Catharsis in a beer

Melissa Treolo

While in high school many years ago, and I won’t admit to how many, I took my first trip to a major art museum, the San Francisco Museum of Modern Art. I arrived on that windy, rainswept afternoon with a camera, a book-bound collection of Ansel Adams photographs (the only major artist I cared to know about at the time) and a head full of preconceptions about what art was all about. Being as I was just a young tyke and being as I was raised in a family that was sure the few anonymous landscapes hung on the beige walls of the house were pieces of artistic genius, you can imagine how ignorant I really was.

Thankfully I walked inside and learned much more about what being an artist really had to offer. Which, on that particular occasion, was an elegantly done replica of the menstrual cycle complete with certain Tampax-related accessories. I don’t remember everything I saw, but I do remember an Andy Warhol screenprint of a Campbell’s Tomato Soup can that completely changed my life and has, to this day, made me a devout Warhol fan. I have since been to many art museums and like to think that, while I don’t know every major artist that ever painted a canvas or took an amazing photograph, I am a little more evolved than I was back in high school.
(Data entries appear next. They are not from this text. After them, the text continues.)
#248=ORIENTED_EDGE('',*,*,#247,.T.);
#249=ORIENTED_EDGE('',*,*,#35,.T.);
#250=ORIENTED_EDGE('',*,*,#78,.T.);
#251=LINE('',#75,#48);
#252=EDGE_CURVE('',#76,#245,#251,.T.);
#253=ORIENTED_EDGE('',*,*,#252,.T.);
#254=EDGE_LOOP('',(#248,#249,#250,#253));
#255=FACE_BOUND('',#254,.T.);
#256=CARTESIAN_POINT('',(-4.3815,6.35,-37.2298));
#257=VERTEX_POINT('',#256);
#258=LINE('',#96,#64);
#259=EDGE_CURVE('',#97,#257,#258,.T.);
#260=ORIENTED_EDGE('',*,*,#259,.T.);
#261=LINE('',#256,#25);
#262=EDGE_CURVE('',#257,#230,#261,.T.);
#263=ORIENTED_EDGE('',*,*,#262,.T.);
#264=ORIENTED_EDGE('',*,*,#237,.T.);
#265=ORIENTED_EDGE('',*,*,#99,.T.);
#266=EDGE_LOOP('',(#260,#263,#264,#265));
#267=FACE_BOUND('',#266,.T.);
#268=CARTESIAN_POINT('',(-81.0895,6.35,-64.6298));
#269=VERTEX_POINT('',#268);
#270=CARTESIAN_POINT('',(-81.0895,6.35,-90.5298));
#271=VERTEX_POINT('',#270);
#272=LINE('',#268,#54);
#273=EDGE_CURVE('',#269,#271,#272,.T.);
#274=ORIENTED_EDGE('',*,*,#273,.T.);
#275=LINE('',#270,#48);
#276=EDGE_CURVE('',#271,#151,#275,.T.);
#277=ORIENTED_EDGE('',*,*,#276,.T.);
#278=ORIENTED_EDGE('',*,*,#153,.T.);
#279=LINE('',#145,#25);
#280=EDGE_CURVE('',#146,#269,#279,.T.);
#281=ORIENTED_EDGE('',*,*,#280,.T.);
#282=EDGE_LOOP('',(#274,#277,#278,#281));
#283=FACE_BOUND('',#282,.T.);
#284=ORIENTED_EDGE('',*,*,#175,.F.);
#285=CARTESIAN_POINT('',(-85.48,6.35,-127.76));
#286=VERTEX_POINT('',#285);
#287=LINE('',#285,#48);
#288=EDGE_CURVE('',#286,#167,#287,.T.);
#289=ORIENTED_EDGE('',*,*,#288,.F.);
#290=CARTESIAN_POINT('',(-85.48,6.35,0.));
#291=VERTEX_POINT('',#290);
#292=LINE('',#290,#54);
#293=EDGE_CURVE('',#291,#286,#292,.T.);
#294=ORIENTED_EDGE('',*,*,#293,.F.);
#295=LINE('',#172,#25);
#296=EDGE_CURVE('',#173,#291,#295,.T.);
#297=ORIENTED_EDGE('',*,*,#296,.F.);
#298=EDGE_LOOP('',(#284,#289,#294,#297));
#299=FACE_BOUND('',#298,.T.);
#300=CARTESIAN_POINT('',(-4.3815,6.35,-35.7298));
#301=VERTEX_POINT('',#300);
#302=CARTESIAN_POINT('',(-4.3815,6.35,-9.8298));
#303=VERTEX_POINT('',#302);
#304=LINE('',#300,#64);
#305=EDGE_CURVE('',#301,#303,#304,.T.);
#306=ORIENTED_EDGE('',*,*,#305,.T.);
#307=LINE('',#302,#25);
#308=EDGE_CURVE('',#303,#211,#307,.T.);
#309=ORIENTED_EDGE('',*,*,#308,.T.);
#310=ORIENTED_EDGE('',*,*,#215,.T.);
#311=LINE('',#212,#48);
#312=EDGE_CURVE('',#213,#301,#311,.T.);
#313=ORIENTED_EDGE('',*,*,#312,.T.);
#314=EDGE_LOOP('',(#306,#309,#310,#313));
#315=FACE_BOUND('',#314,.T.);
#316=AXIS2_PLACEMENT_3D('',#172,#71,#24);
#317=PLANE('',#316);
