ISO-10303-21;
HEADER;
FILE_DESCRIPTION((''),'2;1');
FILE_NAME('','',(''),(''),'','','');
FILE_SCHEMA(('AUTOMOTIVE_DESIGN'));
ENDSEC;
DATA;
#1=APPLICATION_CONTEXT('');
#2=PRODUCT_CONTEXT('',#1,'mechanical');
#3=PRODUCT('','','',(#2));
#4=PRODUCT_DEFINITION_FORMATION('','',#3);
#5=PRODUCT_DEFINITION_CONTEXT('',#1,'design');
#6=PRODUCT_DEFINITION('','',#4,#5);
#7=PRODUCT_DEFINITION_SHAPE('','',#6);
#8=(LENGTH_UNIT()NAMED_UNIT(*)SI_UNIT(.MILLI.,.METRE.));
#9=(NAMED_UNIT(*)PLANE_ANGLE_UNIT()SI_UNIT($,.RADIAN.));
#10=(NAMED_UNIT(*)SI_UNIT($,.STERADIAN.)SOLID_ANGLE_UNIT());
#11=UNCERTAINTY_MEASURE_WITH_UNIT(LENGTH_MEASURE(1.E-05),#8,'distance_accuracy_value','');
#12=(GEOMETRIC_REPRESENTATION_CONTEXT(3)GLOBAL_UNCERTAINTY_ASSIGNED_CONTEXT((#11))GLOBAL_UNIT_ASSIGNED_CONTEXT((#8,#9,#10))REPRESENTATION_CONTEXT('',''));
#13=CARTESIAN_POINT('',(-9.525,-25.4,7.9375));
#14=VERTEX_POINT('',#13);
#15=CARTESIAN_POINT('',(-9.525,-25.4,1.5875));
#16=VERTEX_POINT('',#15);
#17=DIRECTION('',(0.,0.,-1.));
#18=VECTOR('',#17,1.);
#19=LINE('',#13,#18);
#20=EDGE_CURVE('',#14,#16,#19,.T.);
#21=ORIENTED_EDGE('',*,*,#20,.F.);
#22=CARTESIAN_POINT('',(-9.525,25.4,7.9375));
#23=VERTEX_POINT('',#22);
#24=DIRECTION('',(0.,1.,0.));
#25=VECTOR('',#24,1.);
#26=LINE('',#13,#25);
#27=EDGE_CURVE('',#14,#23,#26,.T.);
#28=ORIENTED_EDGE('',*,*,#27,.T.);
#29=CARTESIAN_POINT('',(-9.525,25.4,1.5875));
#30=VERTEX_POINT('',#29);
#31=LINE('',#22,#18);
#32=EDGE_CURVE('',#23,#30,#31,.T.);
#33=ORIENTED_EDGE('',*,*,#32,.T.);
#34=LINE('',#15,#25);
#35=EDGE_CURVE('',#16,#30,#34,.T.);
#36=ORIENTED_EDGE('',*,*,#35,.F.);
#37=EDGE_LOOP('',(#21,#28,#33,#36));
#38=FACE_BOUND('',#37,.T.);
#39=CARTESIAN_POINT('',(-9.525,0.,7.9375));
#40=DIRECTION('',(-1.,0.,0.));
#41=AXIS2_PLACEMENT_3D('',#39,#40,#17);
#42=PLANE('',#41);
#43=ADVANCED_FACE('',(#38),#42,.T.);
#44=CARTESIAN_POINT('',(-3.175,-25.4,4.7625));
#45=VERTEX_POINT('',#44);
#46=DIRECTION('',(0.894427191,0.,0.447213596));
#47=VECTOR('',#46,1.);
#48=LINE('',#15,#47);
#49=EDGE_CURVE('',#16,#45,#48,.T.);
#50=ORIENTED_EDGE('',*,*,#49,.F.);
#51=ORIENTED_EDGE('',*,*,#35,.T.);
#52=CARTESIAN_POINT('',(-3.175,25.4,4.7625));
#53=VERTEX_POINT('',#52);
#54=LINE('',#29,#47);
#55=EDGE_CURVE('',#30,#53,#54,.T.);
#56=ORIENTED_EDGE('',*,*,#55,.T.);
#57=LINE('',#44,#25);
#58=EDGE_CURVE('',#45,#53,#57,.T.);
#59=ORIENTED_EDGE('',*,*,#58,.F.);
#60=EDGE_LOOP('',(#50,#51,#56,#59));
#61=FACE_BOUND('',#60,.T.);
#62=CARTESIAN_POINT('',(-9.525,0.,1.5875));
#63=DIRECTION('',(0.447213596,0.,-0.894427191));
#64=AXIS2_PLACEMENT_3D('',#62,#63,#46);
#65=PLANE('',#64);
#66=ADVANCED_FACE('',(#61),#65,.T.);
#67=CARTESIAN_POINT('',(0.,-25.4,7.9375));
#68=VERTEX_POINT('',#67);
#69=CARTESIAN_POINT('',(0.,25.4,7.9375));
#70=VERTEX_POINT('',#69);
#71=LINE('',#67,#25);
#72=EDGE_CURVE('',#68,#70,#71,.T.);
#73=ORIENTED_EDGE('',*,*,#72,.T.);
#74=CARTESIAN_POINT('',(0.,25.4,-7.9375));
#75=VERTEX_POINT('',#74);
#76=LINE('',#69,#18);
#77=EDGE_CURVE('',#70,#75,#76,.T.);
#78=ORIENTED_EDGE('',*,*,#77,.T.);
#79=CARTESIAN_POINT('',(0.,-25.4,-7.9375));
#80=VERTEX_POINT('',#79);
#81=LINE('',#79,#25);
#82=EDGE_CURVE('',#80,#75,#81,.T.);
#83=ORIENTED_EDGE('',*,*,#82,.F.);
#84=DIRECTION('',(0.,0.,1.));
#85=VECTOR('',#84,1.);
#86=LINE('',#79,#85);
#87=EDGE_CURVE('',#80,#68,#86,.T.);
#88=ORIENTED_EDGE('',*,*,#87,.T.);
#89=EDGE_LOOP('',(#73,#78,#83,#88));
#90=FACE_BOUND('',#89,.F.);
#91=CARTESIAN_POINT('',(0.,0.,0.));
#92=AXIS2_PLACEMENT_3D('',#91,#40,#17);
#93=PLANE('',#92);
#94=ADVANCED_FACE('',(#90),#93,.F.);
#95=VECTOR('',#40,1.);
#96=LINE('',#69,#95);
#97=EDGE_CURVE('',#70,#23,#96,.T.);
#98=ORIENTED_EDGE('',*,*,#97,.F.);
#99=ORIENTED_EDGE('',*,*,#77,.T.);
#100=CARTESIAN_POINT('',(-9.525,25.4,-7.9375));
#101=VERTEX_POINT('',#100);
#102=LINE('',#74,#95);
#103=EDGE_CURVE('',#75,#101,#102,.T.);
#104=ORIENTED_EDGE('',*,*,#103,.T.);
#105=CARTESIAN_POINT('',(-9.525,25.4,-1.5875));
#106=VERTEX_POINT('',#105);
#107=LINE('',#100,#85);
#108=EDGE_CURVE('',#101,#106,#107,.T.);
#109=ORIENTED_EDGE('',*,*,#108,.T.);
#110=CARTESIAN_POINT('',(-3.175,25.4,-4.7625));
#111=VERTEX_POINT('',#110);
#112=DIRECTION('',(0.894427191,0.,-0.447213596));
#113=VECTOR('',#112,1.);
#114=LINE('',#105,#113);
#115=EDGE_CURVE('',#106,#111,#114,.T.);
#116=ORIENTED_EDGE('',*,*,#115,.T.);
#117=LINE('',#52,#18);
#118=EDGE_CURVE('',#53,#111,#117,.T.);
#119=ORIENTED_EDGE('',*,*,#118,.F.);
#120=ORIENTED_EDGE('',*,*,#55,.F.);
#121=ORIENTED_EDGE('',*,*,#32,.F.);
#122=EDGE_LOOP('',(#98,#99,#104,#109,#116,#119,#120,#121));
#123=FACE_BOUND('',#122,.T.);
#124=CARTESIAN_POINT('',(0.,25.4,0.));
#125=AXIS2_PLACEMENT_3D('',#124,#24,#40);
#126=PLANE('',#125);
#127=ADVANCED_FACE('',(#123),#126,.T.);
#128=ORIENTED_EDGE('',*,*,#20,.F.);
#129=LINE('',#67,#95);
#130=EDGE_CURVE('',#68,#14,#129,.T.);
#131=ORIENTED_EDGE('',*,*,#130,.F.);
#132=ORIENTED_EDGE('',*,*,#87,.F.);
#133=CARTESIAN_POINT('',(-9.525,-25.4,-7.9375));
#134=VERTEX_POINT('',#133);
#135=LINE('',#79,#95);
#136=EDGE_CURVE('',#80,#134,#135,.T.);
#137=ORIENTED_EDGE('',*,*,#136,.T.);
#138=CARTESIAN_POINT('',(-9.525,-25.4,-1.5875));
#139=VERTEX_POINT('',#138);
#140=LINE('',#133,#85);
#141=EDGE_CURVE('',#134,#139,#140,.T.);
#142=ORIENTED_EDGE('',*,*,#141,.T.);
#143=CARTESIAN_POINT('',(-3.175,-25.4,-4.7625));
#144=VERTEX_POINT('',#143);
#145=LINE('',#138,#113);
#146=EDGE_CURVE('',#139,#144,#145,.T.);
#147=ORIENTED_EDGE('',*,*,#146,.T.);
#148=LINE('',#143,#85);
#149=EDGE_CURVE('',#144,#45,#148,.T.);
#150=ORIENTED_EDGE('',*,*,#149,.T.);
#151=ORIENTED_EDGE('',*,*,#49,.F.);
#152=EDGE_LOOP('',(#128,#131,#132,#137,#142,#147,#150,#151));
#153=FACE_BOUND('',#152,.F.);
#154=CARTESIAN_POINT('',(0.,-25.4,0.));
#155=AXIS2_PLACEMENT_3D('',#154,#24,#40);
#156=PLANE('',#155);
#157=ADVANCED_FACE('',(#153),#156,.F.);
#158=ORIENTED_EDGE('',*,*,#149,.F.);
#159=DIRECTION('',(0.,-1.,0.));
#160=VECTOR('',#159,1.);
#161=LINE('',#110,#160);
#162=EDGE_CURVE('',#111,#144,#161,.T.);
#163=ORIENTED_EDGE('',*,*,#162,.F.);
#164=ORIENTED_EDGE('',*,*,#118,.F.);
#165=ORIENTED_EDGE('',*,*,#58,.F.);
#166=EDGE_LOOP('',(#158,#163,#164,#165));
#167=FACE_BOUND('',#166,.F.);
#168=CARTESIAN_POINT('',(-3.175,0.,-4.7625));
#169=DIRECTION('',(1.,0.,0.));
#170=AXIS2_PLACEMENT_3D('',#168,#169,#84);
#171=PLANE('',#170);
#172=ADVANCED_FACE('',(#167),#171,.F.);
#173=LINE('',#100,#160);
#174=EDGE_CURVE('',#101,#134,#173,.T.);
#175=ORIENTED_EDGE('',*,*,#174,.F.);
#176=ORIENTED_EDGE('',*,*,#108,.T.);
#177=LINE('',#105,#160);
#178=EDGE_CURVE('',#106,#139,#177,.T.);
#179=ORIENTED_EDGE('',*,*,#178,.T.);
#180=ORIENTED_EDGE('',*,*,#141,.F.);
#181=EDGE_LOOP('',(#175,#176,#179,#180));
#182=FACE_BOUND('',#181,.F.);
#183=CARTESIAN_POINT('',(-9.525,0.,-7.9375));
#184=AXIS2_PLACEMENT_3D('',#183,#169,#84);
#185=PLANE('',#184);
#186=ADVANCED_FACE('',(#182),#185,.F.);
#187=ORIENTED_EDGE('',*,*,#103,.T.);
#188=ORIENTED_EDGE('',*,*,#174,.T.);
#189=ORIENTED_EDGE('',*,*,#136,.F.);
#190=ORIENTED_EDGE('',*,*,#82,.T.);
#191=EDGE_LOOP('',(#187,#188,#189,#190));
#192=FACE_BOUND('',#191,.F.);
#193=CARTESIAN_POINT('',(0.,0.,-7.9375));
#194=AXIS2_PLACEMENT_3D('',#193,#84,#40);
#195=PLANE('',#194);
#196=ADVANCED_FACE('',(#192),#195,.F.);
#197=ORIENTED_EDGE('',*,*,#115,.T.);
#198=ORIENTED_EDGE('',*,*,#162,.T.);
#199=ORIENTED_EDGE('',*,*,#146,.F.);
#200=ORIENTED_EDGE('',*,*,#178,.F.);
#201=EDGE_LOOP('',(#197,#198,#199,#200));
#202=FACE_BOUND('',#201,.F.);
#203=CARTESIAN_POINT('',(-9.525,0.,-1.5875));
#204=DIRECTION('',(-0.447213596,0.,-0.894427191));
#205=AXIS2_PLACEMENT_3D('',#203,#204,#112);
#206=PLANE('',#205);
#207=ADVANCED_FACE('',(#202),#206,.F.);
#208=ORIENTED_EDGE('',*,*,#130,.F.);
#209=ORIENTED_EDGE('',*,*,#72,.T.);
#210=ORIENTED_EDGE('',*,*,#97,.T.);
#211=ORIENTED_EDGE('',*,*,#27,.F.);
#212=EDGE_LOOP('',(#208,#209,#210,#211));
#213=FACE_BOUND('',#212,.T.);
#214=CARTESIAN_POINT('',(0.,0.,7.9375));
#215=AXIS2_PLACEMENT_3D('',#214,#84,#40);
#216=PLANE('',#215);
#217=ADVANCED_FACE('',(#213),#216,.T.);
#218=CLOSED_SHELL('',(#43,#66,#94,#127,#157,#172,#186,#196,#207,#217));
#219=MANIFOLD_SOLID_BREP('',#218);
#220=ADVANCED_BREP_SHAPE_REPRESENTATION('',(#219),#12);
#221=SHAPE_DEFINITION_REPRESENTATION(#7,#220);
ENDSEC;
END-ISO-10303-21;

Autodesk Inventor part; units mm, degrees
ref_plane "YZ Plane" through (0, 0, 0) normal (1, 0, 0) x (0, 1, 0)
ref_plane "XZ Plane" through (0, 0, 0) normal (0, 1, 0) x (-1, 0, 0)
ref_plane "XY Plane" through (0, 0, 0) normal (0, 0, 1) x (1, 0, 0)
sketch "Sketch2" plane through (0, 0, 0) normal (0, 1, 0) x (-1, 0, 0)
  line L0 (0, 0) -> (0, -7.9375)
  line L1 (0, -7.9375) -> (9.525, -7.9375)
  line L2 (9.525, -7.9375) -> (9.525, -1.5875)
  line L3 (9.525, -1.5875) -> (3.175, -4.7625)
  line L4 (3.175, -4.7625) -> (3.175, 0)
  line L5 (3.175, 0) -> (0, 0)
  line L6 (0, 0) -> (0, 7.9375)
  line L7 (0, 7.9375) -> (9.525, 7.9375)
  line L8 (9.525, 7.9375) -> (9.525, 1.5875)
  line L9 (9.525, 1.5875) -> (3.175, 4.7625)
  line L10 (3.175, 4.7625) -> (3.175, 0)
  dimension "d1" = 7.9375
  dimension "d2" = 9.525
  dimension "d3" = 6.35
  dimension "d4" = 4.7625
  dimension "d5" = 3.175
extrude "Extrusion1" add sketch "Sketch2" along normal mid plane 50.8
properties part number "testcombine"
In honor of the approaching month, we are recognizing our own artistic community (what February has to do with artists I have no idea – it just seemed like a good idea at the time). Unbeknownst to many living in Topeka, there are things to do in Topeka and we would like to show our appreciation to those businesses and individuals who are helping to bring this concept about. And, since I am so much more evolved, I like to think that artists don’t always come in the form of a painter wielding a brush. Sometimes they take the shape of a business whose bottom line isn’t a bottom line at all. Sometimes they are in the form of a person who is generous to a fault or one who shows us a world beyond our own back door.

Our series is a list of seven but there are many more than seven groups of people and places promoting arts and entertainment in Topeka. I encourage you to look for them and maybe even redefine some previously held notions of what art is all about. A bar is a bar, after all, but a bar that serves your favorite, hard-to-find beer may just be the artistic catharsis you’ve been looking for.